At the final hearing or trial, each party presents their case. In most matters, witnesses will be called to give their evidence and may be cross-examined. If a witness has given evidence by affidavit, they will not have to give the evidence again, but they may be cross-examined on their evidence.

The judicial officer usually asks the applicant to outline their case first. Following this and any cross-examination of witnesses by the respondent, the respondent outlines their case, and their witnesses may be cross-examined by the applicant. The parties then make any final comments or legal arguments in support of their case.

The judicial officer may ask questions or interrupt you. Listen carefully and answer as clearly as you can. If the judicial officer says something is not relevant, move on to your next point.

You cannot interrupt the other party with an objection unless it is about a matter of law. If you do have a legal objection, stand and tell the judicial officer of your objection.

The length of the final hearing will depend on the facts of the case.

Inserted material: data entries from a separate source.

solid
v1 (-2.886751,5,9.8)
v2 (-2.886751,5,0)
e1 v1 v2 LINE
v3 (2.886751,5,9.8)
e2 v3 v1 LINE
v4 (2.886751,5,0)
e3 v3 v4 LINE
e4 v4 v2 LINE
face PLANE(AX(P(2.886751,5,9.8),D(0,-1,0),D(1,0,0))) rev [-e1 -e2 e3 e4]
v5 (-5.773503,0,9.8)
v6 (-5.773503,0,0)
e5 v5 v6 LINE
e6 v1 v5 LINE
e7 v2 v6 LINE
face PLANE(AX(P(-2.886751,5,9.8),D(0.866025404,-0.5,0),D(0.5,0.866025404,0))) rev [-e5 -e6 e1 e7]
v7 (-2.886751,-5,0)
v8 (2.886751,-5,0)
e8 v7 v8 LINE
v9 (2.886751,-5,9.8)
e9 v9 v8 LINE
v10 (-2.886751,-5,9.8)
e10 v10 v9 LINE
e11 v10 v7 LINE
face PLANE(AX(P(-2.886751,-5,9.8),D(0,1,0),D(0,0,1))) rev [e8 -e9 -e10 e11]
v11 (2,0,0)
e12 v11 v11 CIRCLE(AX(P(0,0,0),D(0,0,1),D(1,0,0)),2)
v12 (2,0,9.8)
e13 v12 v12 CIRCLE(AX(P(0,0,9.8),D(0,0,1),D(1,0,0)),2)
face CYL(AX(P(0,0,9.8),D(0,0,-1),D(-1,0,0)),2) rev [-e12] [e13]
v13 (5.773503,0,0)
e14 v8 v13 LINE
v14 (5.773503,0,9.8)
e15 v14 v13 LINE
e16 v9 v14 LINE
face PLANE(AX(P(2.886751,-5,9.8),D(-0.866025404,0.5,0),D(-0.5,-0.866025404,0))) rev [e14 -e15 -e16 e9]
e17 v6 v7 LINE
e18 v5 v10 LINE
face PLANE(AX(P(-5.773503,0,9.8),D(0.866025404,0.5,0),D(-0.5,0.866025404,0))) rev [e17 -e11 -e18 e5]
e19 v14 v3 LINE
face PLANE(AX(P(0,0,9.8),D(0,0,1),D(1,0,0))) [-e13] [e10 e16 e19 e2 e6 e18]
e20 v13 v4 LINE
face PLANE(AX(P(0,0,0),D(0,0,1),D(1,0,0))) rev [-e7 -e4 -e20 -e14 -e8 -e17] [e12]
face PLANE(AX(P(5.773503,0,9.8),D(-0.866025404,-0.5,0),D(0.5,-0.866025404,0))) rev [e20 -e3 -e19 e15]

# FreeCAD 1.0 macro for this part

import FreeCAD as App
import Part
import Sketcher

V = App.Vector
Q = App.Units.Quantity

doc = App.newDocument("Part")
body = doc.addObject("PartDesign::Body", "Body")

sketch1 = body.newObject("Sketcher::SketchObject", "Sketch")
sketch1.AttachmentSupport = (doc.getObject("XY_Plane"), [""])
sketch1.MapMode = "FlatFace"
sketch1.addGeometry([
    Part.LineSegment(V(2.9, -5, 0), V(5.8, 0, 0)),
    Part.LineSegment(V(5.8, 0, 0), V(2.9, 5, 0)),
    Part.LineSegment(V(2.9, 5, 0), V(-2.9, 5, 0)),
    Part.LineSegment(V(-2.9, 5, 0), V(-5.8, 0, 0)),
    Part.LineSegment(V(-5.8, 0, 0), V(-2.9, -5, 0)),
    Part.LineSegment(V(-2.9, -5, 0), V(2.9, -5, 0)),
    Part.Circle(V(0, 0, 0), V(0, 0, 1), 2),
], False)
sketch1.addConstraint([
    Sketcher.Constraint("Coincident", 0, 2, 1, 1),
    Sketcher.Constraint("Coincident", 1, 2, 2, 1),
    Sketcher.Constraint("Coincident", 2, 2, 3, 1),
    Sketcher.Constraint("Coincident", 3, 2, 4, 1),
    Sketcher.Constraint("Coincident", 4, 2, 5, 1),
    Sketcher.Constraint("Coincident", 5, 2, 0, 1),
    Sketcher.Constraint("Horizontal", 2),
    Sketcher.Constraint("Horizontal", 5),
    Sketcher.Constraint("Coincident", 6, 3, -1, 1),
    Sketcher.Constraint("Symmetric", 0, 2, 3, 2, -1, 1),
    Sketcher.Constraint("Symmetric", 1, 2, 4, 2, -1, 1),
    Sketcher.Constraint("PointOnObject", 0, 2, -1),
    Sketcher.Constraint("Parallel", 0, 3),
    Sketcher.Constraint("Vertical", 2, 2, 4, 2),
    Sketcher.Constraint("Diameter", 6, Q("4 mm")),
    Sketcher.Constraint("Angle", 0, Q("60 deg")),
    Sketcher.Constraint("DistanceY", -1, 1, 1, 2, Q("5 mm")),
    Sketcher.Constraint("DistanceX", 2, 2, 2, 1, Q("5.773503 mm")),
])
pad1 = body.newObject("PartDesign::Pad", "Pad")
pad1.Profile = sketch1
pad1.Length = 9.8

doc.recompute()
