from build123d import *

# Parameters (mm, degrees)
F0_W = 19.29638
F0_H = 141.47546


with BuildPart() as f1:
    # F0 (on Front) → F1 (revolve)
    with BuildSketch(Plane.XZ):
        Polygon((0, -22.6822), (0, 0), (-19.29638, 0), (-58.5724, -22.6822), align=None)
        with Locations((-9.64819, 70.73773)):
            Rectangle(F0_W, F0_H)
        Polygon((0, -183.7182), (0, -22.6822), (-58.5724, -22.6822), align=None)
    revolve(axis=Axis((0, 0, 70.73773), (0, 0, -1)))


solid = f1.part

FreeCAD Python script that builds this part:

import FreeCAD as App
import Part
import Sketcher
from FreeCAD import Vector
Q = App.Units.Quantity


def add_polygon(sketch, points):
    """Adds a closed chain of lines whose ends are joined by coincident constraints."""
    first, n = sketch.GeometryCount, len(points)
    for a, b in zip(points, points[1:] + points[:1]):
        sketch.addGeometry(Part.LineSegment(App.Vector(*a, 0), App.Vector(*b, 0)), False)
    for i in range(n):
        sketch.addConstraint(Sketcher.Constraint("Coincident", first + i, 2, first + (i + 1) % n, 1))

doc = App.newDocument("Part")
params = doc.addObject("Spreadsheet::Sheet", "Params")
for row, (alias, value) in enumerate([
    ("revolution_angle", "360 deg"),
], start=1):
    params.set(f"A{row}", alias)
    params.set(f"B{row}", "=" + value)
    params.setAlias(f"B{row}", alias)

body = doc.addObject("PartDesign::Body", "Body")

# Sketch on XZ plane
sketch1 = body.newObject("Sketcher::SketchObject", "Sketch")
sketch1.AttachmentSupport = (doc.getObject("XZ_Plane"), [""])
sketch1.MapMode = "FlatFace"
add_polygon(sketch1, [(0, 141.47546), (-19.29638, 141.47546), (-19.29638, 0), (-58.5724, -22.6822), (0, -183.7182)])  # lines 0-4
sketch1.addConstraint(Sketcher.Constraint("Horizontal", 0))
sketch1.addConstraint(Sketcher.Constraint("Vertical", 1))
sketch1.addConstraint(Sketcher.Constraint("Vertical", 4))
sketch1.addConstraint(Sketcher.Constraint("PointOnObject", 1, 2, -1))
sketch1.addConstraint(Sketcher.Constraint("PointOnObject", 3, 2, -2))
sketch1.addConstraint(Sketcher.Constraint("DistanceY", 3, 2, 2, 2, Q("161.036 mm")))
sketch1.addConstraint(Sketcher.Constraint("DistanceX", 0, 2, 0, 1, Q("19.29638 mm")))
sketch1.addConstraint(Sketcher.Constraint("DistanceY", 1, 2, 1, 1, Q("141.47546 mm")))
sketch1.addConstraint(Sketcher.Constraint("DistanceY", 4, 1, 4, 2, Q("325.19366 mm")))
sketch1.addConstraint(Sketcher.Constraint("DistanceX", 2, 2, -1, 1, Q("58.5724 mm")))
revolution = body.newObject("PartDesign::Revolution", "Revolution")
revolution.Profile = sketch1
revolution.ReferenceAxis = (sketch1, ["V_Axis"])
revolution.setExpression("Angle", "Params.revolution_angle")

doc.recompute()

After hearing the case, the judicial officer may make orders and give reasons for their decision. Ask for the orders to be repeated if you missed any. If you do not understand any of the orders, ask the judicial officer to explain them once they have finished speaking. Once finalised, your orders will be signed and sealed electronically, and you can download them from the Commonwealth Courts Portal. For a step-by-step guide to accessing orders, see How do I access orders?

Sometimes, a judicial officer may reserve or hold over their decision for another time or date. In such a case, the Court will let you know when the decision has been made, and you must attend court when the decision is handed down. The decision will include the orders made and the reasons for the decision.